● **TASK BRIEF**: Transcribe word for word the lines below from the line with "add(part.part.mirror(Plane.XY.offset(-10.2)))" through the line with "44, -27.4))[0], mode=Mode.SUBTRACT)", ends included.

● **MATERIAL FOR THIS TASK**:
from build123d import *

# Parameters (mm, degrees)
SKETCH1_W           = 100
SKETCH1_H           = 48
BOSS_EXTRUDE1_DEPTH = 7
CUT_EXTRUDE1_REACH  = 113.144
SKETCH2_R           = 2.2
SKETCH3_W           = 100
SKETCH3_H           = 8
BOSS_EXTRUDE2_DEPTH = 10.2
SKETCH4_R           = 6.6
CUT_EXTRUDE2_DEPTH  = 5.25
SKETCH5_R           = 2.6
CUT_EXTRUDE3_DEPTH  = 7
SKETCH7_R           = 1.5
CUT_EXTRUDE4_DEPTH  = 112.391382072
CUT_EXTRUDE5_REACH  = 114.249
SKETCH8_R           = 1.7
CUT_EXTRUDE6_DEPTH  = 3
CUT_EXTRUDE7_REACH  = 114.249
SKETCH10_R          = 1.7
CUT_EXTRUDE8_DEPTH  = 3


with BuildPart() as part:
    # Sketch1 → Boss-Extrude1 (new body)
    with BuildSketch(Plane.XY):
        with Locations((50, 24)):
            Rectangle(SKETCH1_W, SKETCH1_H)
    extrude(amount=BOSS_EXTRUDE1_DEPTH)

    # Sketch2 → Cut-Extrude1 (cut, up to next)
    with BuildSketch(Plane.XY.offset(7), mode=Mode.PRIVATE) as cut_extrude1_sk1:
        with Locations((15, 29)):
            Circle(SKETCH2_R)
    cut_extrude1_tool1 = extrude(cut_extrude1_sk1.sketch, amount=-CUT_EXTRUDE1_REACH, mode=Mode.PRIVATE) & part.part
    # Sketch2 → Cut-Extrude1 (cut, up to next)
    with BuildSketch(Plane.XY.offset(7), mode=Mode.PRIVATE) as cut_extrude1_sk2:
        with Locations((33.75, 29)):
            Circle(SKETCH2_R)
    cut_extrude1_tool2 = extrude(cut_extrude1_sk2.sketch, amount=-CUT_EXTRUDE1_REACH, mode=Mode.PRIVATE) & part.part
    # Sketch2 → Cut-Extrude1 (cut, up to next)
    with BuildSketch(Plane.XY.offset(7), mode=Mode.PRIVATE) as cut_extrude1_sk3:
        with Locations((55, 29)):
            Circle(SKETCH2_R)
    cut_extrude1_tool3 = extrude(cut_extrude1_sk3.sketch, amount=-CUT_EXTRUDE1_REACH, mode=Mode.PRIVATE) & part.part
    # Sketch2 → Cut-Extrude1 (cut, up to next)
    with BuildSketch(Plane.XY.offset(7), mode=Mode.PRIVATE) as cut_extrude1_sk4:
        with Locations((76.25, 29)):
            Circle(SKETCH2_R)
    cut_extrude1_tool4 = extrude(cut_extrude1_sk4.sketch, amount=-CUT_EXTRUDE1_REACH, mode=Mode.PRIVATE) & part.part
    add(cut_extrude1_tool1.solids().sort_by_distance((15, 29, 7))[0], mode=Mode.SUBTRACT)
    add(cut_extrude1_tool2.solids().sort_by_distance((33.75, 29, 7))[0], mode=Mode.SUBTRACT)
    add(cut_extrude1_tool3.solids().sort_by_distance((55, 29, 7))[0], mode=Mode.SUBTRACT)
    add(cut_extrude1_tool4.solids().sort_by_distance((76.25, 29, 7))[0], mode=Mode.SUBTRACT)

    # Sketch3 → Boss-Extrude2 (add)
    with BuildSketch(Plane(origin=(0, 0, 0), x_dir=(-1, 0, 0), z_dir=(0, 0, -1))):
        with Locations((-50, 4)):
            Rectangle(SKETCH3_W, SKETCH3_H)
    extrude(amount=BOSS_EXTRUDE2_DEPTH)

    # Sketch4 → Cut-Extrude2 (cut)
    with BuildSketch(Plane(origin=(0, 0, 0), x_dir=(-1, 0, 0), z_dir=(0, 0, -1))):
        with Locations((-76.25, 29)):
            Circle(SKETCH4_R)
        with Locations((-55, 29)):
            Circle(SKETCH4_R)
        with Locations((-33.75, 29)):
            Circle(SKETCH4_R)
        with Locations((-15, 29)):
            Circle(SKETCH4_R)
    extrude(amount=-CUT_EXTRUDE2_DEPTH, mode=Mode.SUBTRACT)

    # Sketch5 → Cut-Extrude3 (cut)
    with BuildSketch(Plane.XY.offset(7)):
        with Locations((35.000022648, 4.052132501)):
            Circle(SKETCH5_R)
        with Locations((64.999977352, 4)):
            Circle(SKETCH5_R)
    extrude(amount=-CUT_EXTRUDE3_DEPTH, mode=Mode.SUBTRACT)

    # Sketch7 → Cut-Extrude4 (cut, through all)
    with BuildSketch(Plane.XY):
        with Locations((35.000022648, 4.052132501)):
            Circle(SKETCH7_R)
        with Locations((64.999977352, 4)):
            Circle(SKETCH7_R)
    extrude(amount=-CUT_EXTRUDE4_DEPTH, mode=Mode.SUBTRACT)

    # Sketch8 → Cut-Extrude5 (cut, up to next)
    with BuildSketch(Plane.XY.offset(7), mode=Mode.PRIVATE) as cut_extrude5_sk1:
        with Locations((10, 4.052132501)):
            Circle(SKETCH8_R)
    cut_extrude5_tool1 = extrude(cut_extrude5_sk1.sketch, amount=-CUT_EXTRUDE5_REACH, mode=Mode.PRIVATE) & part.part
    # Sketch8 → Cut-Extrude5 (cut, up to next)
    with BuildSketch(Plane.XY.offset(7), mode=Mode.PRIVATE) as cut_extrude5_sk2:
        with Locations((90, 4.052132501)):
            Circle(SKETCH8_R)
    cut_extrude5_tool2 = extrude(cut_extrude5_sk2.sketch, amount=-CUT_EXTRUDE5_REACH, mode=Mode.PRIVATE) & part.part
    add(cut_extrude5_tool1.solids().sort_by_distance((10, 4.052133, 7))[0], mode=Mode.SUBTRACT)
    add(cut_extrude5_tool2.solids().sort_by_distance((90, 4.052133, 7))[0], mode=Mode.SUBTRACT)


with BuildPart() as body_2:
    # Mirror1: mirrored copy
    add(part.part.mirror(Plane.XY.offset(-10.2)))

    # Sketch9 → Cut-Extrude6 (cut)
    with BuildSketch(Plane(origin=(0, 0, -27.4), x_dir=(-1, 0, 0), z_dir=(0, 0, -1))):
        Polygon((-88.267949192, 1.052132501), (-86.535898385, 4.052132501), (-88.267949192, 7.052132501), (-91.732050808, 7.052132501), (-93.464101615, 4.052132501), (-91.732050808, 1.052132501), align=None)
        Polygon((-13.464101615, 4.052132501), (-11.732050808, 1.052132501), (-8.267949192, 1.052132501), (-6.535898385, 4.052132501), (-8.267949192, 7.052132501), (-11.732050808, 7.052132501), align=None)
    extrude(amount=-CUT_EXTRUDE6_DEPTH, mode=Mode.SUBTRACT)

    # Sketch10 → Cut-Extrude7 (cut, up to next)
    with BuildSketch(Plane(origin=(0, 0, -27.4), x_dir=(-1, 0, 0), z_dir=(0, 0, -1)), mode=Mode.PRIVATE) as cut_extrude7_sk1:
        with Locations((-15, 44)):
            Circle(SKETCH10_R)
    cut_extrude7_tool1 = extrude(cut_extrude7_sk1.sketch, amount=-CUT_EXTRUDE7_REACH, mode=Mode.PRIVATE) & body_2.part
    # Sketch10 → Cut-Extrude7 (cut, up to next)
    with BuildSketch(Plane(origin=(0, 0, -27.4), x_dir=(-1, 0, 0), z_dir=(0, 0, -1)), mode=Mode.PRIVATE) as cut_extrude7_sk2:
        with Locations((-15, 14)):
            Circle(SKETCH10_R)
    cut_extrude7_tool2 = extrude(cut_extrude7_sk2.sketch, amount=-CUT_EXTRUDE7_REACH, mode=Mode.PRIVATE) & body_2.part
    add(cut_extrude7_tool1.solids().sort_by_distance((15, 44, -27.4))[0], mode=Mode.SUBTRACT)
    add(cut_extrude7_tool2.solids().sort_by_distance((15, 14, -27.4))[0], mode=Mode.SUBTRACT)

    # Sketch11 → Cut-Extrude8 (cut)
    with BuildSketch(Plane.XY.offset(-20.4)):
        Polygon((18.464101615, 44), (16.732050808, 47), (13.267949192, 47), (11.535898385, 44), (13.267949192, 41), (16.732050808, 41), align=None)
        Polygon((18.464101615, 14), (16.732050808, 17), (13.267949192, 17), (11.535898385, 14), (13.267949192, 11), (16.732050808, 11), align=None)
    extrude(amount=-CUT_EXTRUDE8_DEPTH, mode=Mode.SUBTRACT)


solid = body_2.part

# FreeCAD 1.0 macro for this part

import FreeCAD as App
import Part
import Sketcher

V = App.Vector
Q = App.Units.Quantity


def add_polygon(sketch, points):
    """Adds a closed chain of lines whose ends are joined by coincident constraints."""
    first, n = sketch.GeometryCount, len(points)
    for a, b in zip(points, points[1:] + points[:1]):
        sketch.addGeometry(Part.LineSegment(App.Vector(*a, 0), App.Vector(*b, 0)), False)
    for i in range(n):
        sketch.addConstraint(Sketcher.Constraint("Coincident", first + i, 2, first + (i + 1) % n, 1))

doc = App.newDocument("Part")
params = doc.addObject("Spreadsheet::Sheet", "Params")
for row, (alias, value) in enumerate([
    ("sketch1_width", "100 mm"),
    ("sketch1_height", "48 mm"),
    ("pad1_length", "7 mm"),
    ("sketch2_diameter", "4.4 mm"),
    ("sketch3_diameter", "4.4 mm"),
    ("sketch4_diameter", "4.4 mm"),
    ("sketch5_diameter", "4.4 mm"),
    ("sketch6_width", "100 mm"),
    ("sketch6_height", "8 mm"),
    ("pad2_length", "10.2 mm"),
    ("sketch7_diameter", "13.2 mm"),
    ("pocket5_length", "5.25 mm"),
    ("sketch8_diameter", "5.2 mm"),
    ("pocket6_length", "7 mm"),
    ("sketch9_diameter", "3 mm"),
    ("sketch10_diameter", "3.4 mm"),
    ("sketch11_diameter", "3.4 mm"),
    ("pocket10_length", "3 mm"),
    ("sketch13_diameter", "3.4 mm"),
    ("sketch14_diameter", "3.4 mm"),
    ("pocket13_length", "3 mm"),
], start=1):
    params.set(f"A{row}", alias)
    params.set(f"B{row}", "=" + value)
    params.setAlias(f"B{row}", alias)

body = doc.addObject("PartDesign::Body", "Body")

# Sketch on XY plane
sketch1 = doc.addObject("Sketcher::SketchObject", "Sketch")
body.addObject(sketch1)
sketch1.AttachmentSupport = (doc.XY_Plane, [""])
sketch1.MapMode = "FlatFace"
add_polygon(sketch1, [(0, 48), (0, 0), (100, 0), (100, 48)])  # lines 0-3
sketch1.addConstraint([
    Sketcher.Constraint("Vertical", 0),
    Sketcher.Constraint("Horizontal", 1),
    Sketcher.Constraint("Vertical", 2),
    Sketcher.Constraint("Horizontal", 3),
    Sketcher.Constraint("Coincident", 0, 2, -1, 1),
    Sketcher.Constraint("DistanceX", 1, 1, 1, 2, Q("100 mm")),
    Sketcher.Constraint("DistanceY", 0, 2, 0, 1, Q("48 mm")),
])
sketch1.setExpression("Constraints[9]", "Params.sketch1_width")
sketch1.setExpression("Constraints[10]", "Params.sketch1_height")
pad1 = doc.addObject("PartDesign::Pad", "Pad")
body.addObject(pad1)
pad1.Profile = sketch1
pad1.setExpression("Length", "Params.pad1_length")

# Sketch on XY plane
sketch2 = doc.addObject("Sketcher::SketchObject", "Sketch001")
body.addObject(sketch2)
sketch2.AttachmentSupport = (doc.XY_Plane, [""])
sketch2.MapMode = "FlatFace"
sketch2.AttachmentOffset = App.Placement(V(0, 0, 7), App.Rotation())
sketch2.addGeometry(Part.Circle(V(15, 29, 0), V(0, 0, 1), 2.2), False)
sketch2.addConstraint([
    Sketcher.Constraint("Diameter", 0, Q("4.4 mm")),
    Sketcher.Constraint("DistanceX", -1, 1, 0, 3, Q("15 mm")),
    Sketcher.Constraint("DistanceY", -1, 1, 0, 3, Q("29 mm")),
])
sketch2.setExpression("Constraints[0]", "Params.sketch2_diameter")
pocket1 = doc.addObject("PartDesign::Pocket", "Pocket")
body.addObject(pocket1)
pocket1.Profile = sketch2
pocket1.Type = "UpToFirst"
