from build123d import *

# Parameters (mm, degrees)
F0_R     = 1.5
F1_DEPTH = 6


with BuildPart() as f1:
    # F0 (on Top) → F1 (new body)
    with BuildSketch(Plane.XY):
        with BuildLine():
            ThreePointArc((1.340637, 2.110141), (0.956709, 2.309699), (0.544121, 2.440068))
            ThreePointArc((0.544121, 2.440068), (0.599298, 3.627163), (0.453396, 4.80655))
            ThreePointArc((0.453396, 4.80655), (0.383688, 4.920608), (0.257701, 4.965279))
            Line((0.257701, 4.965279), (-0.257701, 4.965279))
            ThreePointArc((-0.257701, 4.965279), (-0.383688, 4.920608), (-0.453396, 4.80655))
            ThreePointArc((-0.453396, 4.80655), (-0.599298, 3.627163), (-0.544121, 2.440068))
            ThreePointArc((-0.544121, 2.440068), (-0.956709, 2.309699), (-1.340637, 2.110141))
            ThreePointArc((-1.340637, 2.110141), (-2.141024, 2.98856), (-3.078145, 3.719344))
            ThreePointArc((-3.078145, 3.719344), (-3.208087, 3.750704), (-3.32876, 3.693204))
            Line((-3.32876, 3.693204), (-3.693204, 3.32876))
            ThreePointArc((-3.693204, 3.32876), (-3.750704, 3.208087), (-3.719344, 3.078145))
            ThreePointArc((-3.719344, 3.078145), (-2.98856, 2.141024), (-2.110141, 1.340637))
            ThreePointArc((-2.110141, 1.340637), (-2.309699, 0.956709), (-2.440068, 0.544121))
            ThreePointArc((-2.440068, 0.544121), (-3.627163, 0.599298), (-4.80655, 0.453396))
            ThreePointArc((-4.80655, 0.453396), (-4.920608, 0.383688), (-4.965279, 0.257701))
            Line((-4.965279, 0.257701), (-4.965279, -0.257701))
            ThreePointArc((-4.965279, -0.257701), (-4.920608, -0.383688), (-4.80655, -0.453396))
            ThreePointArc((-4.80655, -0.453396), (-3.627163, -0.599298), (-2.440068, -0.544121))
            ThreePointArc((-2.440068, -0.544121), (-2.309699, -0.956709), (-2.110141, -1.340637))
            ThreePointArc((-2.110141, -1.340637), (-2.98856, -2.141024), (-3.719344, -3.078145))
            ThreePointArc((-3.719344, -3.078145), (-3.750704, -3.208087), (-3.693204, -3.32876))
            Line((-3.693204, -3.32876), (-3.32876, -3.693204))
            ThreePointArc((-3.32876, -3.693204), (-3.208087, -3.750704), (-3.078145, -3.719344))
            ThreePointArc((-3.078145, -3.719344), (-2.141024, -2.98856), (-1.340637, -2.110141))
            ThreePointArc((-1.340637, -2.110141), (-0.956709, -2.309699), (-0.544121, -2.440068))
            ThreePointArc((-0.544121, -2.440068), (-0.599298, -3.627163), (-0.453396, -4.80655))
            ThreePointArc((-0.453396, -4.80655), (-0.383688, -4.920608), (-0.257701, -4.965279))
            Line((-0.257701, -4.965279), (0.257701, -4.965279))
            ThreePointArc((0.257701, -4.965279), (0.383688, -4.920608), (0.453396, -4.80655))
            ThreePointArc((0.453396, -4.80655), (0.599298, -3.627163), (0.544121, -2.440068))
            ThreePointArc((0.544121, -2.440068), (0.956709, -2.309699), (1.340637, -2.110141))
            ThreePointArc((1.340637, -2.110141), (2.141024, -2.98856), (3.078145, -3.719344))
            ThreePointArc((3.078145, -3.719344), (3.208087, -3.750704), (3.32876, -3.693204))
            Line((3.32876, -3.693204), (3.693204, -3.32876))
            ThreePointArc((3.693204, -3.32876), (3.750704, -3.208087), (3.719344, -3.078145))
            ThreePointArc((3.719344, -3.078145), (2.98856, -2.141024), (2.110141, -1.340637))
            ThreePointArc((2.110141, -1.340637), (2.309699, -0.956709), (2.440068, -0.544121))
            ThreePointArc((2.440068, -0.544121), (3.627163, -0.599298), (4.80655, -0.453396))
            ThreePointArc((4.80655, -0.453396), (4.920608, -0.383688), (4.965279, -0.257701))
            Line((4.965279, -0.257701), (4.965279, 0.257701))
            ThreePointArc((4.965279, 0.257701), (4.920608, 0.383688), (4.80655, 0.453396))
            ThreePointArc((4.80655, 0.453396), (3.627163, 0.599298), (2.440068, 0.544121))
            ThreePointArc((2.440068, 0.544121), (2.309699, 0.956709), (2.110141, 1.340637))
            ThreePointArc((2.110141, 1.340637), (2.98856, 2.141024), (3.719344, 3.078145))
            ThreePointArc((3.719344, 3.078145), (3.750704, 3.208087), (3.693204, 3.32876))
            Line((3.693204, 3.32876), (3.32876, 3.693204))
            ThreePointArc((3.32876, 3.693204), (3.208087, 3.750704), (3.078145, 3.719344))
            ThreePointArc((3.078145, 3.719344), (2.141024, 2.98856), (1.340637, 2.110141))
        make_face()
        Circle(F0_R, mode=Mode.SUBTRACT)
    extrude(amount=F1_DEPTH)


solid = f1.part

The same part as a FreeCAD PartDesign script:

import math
import FreeCAD as App
import Part
import Sketcher
Q = App.Units.Quantity

doc = App.newDocument("Part")
params = doc.addObject("Spreadsheet::Sheet", "Params")
for row, (alias, value) in enumerate([
    ("sketch1_diameter", "3 mm"),
    ("sketch1_radius", "0.200001 mm"),
    ("pad1_length", "6 mm"),
], start=1):
    params.set(f"A{row}", alias)
    params.set(f"B{row}", "=" + value)
    params.setAlias(f"B{row}", alias)

body = doc.addObject("PartDesign::Body", "Body")

# Sketch on XY plane
sketch1 = doc.addObject("Sketcher::SketchObject", "Sketch")
body.addObject(sketch1)
sketch1.AttachmentSupport = (doc.XY_Plane, [""])
sketch1.MapMode = "FlatFace"
sketch1.addGeometry([
    Part.ArcOfCircle(Part.Circle(App.Vector(0.000004, 0.000006, 0), App.Vector(0, 0, 1), 2.499993), math.radians(57.570972), math.radians(77.429118)),  # 0
    Part.ArcOfCircle(Part.Circle(App.Vector(-6.413705, 3.358302, 0), App.Vector(0, 0, 1), 7.018155), math.radians(-7.517963), math.radians(11.908966)),  # 1
    Part.ArcOfCircle(Part.Circle(App.Vector(0.2577, 4.765278, 0), App.Vector(0, 0, 1), 0.200001), math.radians(11.908967), math.radians(89.999739)),  # 2
    Part.LineSegment(App.Vector(0.257701, 4.965279, 0), App.Vector(-0.257701, 4.965279, 0)),  # 3
    Part.ArcOfCircle(Part.Circle(App.Vector(-0.2577, 4.765278, 0), App.Vector(0, 0, 1), 0.200001), math.radians(90.000261), math.radians(168.091033)),  # 4
    Part.ArcOfCircle(Part.Circle(App.Vector(6.413705, 3.358302, 0), App.Vector(0, 0, 1), 7.018155), math.radians(168.091034), math.radians(187.517963)),  # 5
    Part.ArcOfCircle(Part.Circle(App.Vector(-0.000004, 0.000006, 0), App.Vector(0, 0, 1), 2.499993), math.radians(102.570882), math.radians(122.429028)),  # 6
    Part.ArcOfCircle(Part.Circle(App.Vector(-6.909847, -2.16049, 0), App.Vector(0, 0, 1), 7.018147), math.radians(37.482033), math.radians(56.908986)),  # 7
    Part.ArcOfCircle(Part.Circle(App.Vector(-3.187339, 3.551785, 0), App.Vector(0, 0, 1), 0.199999), math.radians(56.908857), math.radians(135.000371)),  # 8
    Part.LineSegment(App.Vector(-3.32876, 3.693204, 0), App.Vector(-3.693204, 3.32876, 0)),  # 9
    Part.ArcOfCircle(Part.Circle(App.Vector(-3.551785, 3.187339, 0), App.Vector(0, 0, 1), 0.199999), math.radians(134.999629), math.radians(213.091143)),  # 10
    Part.ArcOfCircle(Part.Circle(App.Vector(2.16049, 6.909847, 0), App.Vector(0, 0, 1), 7.018147), math.radians(-146.908986), math.radians(-127.482033)),  # 11
    Part.ArcOfCircle(Part.Circle(App.Vector(-0.000006, 0.000004, 0), App.Vector(0, 0, 1), 2.499993), math.radians(147.570972), math.radians(167.429118)),  # 12
    Part.ArcOfCircle(Part.Circle(App.Vector(-3.358302, -6.413705, 0), App.Vector(0, 0, 1), 7.018155), math.radians(82.482037), math.radians(101.908966)),  # 13
    Part.ArcOfCircle(Part.Circle(App.Vector(-4.765278, 0.2577, 0), App.Vector(0, 0, 1), 0.200001), math.radians(101.908967), math.radians(179.999739)),  # 14
    Part.LineSegment(App.Vector(-4.965279, 0.257701, 0), App.Vector(-4.965279, -0.257701, 0)),  # 15
    Part.ArcOfCircle(Part.Circle(App.Vector(-4.765278, -0.2577, 0), App.Vector(0, 0, 1), 0.200001), math.radians(-179.999739), math.radians(-101.908967)),  # 16
    Part.ArcOfCircle(Part.Circle(App.Vector(-3.358302, 6.413705, 0), App.Vector(0, 0, 1), 7.018155), math.radians(-101.908966), math.radians(-82.482037)),  # 17
    Part.ArcOfCircle(Part.Circle(App.Vector(-0.000006, -0.000004, 0), App.Vector(0, 0, 1), 2.499993), math.radians(-167.429118), math.radians(-147.570972)),  # 18
    Part.ArcOfCircle(Part.Circle(App.Vector(2.16049, -6.909847, 0), App.Vector(0, 0, 1), 7.018147), math.radians(127.482033), math.radians(146.908986)),  # 19
    Part.ArcOfCircle(Part.Circle(App.Vector(-3.551785, -3.187339, 0), App.Vector(0, 0, 1), 0.199999), math.radians(146.908857), math.radians(225.000371)),  # 20
    Part.LineSegment(App.Vector(-3.693204, -3.32876, 0), App.Vector(-3.32876, -3.693204, 0)),  # 21
    Part.ArcOfCircle(Part.Circle(App.Vector(-3.187339, -3.551785, 0), App.Vector(0, 0, 1), 0.199999), math.radians(-135.000371), math.radians(-56.908857)),  # 22
    Part.ArcOfCircle(Part.Circle(App.Vector(-6.909847, 2.16049, 0), App.Vector(0, 0, 1), 7.018147), math.radians(-56.908986), math.radians(-37.482033)),  # 23
    Part.ArcOfCircle(Part.Circle(App.Vector(-0.000004, -0.000006, 0), App.Vector(0, 0, 1), 2.499993), math.radians(-122.429028), math.radians(-102.570882)),  # 24
    Part.ArcOfCircle(Part.Circle(App.Vector(6.413705, -3.358302, 0), App.Vector(0, 0, 1), 7.018155), math.radians(172.482037), math.radians(191.908966)),  # 25
    Part.ArcOfCircle(Part.Circle(App.Vector(-0.2577, -4.765278, 0), App.Vector(0, 0, 1), 0.200001), math.radians(-168.091033), math.radians(-90.000261)),  # 26
    Part.LineSegment(App.Vector(-0.257701, -4.965279, 0), App.Vector(0.257701, -4.965279, 0)),  # 27
    Part.ArcOfCircle(Part.Circle(App.Vector(0.2577, -4.765278, 0), App.Vector(0, 0, 1), 0.200001), math.radians(-89.999739), math.radians(-11.908967)),  # 28
    Part.ArcOfCircle(Part.Circle(App.Vector(-6.413705, -3.358302, 0), App.Vector(0, 0, 1), 7.018155), math.radians(-11.908966), math.radians(7.517963)),  # 29
    Part.ArcOfCircle(Part.Circle(App.Vector(0.000004, -0.000006, 0), App.Vector(0, 0, 1), 2.499993), math.radians(-77.429118), math.radians(-57.570972)),  # 30
    Part.ArcOfCircle(Part.Circle(App.Vector(6.909847, 2.16049, 0), App.Vector(0, 0, 1), 7.018147), math.radians(-142.517967), math.radians(-123.091014)),  # 31
    Part.ArcOfCircle(Part.Circle(App.Vector(3.187339, -3.551785, 0), App.Vector(0, 0, 1), 0.199999), math.radians(-123.091143), math.radians(-44.999629)),  # 32
    Part.LineSegment(App.Vector(3.32876, -3.693204, 0), App.Vector(3.693204, -3.32876, 0)),  # 33
    Part.ArcOfCircle(Part.Circle(App.Vector(3.551785, -3.187339, 0), App.Vector(0, 0, 1), 0.199999), math.radians(-45.000371), math.radians(33.091143)),  # 34
    Part.ArcOfCircle(Part.Circle(App.Vector(-2.16049, -6.909847, 0), App.Vector(0, 0, 1), 7.018147), math.radians(33.091014), math.radians(52.517967)),  # 35
    Part.ArcOfCircle(Part.Circle(App.Vector(0.000006, -0.000004, 0), App.Vector(0, 0, 1), 2.499993), math.radians(-32.429028), math.radians(-12.570882)),  # 36
    Part.ArcOfCircle(Part.Circle(App.Vector(3.358302, 6.413705, 0), App.Vector(0, 0, 1), 7.018155), math.radians(-97.517963), math.radians(-78.091034)),  # 37
    Part.ArcOfCircle(Part.Circle(App.Vector(4.765278, -0.2577, 0), App.Vector(0, 0, 1), 0.200001), math.radians(-78.091033), math.radians(-0.000261)),  # 38
    Part.LineSegment(App.Vector(4.965279, -0.257701, 0), App.Vector(4.965279, 0.257701, 0)),  # 39
    Part.ArcOfCircle(Part.Circle(App.Vector(4.765278, 0.2577, 0), App.Vector(0, 0, 1), 0.200001), math.radians(0.000261), math.radians(78.091033)),  # 40
    Part.ArcOfCircle(Part.Circle(App.Vector(3.358302, -6.413705, 0), App.Vector(0, 0, 1), 7.018155), math.radians(78.091034), math.radians(97.517963)),  # 41
    Part.ArcOfCircle(Part.Circle(App.Vector(0.000006, 0.000004, 0), App.Vector(0, 0, 1), 2.499993), math.radians(12.570882), math.radians(32.429028)),  # 42
    Part.ArcOfCircle(Part.Circle(App.Vector(-2.16049, 6.909847, 0), App.Vector(0, 0, 1), 7.018147), math.radians(-52.517967), math.radians(-33.091014)),  # 43
    Part.ArcOfCircle(Part.Circle(App.Vector(3.551785, 3.187339, 0), App.Vector(0, 0, 1), 0.199999), math.radians(-33.091143), math.radians(45.000371)),  # 44
    Part.LineSegment(App.Vector(3.693204, 3.32876, 0), App.Vector(3.32876, 3.693204, 0)),  # 45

● **SOLUTION TO THIS TASK**:
    add(part.part.mirror(Plane.XY.offset(-10.2)))

    # Sketch9 → Cut-Extrude6 (cut)
    with BuildSketch(Plane(origin=(0, 0, -27.4), x_dir=(-1, 0, 0), z_dir=(0, 0, -1))):
        Polygon((-88.267949192, 1.052132501), (-86.535898385, 4.052132501), (-88.267949192, 7.052132501), (-91.732050808, 7.052132501), (-93.464101615, 4.052132501), (-91.732050808, 1.052132501), align=None)
        Polygon((-13.464101615, 4.052132501), (-11.732050808, 1.052132501), (-8.267949192, 1.052132501), (-6.535898385, 4.052132501), (-8.267949192, 7.052132501), (-11.732050808, 7.052132501), align=None)
    extrude(amount=-CUT_EXTRUDE6_DEPTH, mode=Mode.SUBTRACT)

    # Sketch10 → Cut-Extrude7 (cut, up to next)
    with BuildSketch(Plane(origin=(0, 0, -27.4), x_dir=(-1, 0, 0), z_dir=(0, 0, -1)), mode=Mode.PRIVATE) as cut_extrude7_sk1:
        with Locations((-15, 44)):
            Circle(SKETCH10_R)
    cut_extrude7_tool1 = extrude(cut_extrude7_sk1.sketch, amount=-CUT_EXTRUDE7_REACH, mode=Mode.PRIVATE) & body_2.part
    # Sketch10 → Cut-Extrude7 (cut, up to next)
    with BuildSketch(Plane(origin=(0, 0, -27.4), x_dir=(-1, 0, 0), z_dir=(0, 0, -1)), mode=Mode.PRIVATE) as cut_extrude7_sk2:
        with Locations((-15, 14)):
            Circle(SKETCH10_R)
    cut_extrude7_tool2 = extrude(cut_extrude7_sk2.sketch, amount=-CUT_EXTRUDE7_REACH, mode=Mode.PRIVATE) & body_2.part
    add(cut_extrude7_tool1.solids().sort_by_distance((15, 44, -27.4))[0], mode=Mode.SUBTRACT)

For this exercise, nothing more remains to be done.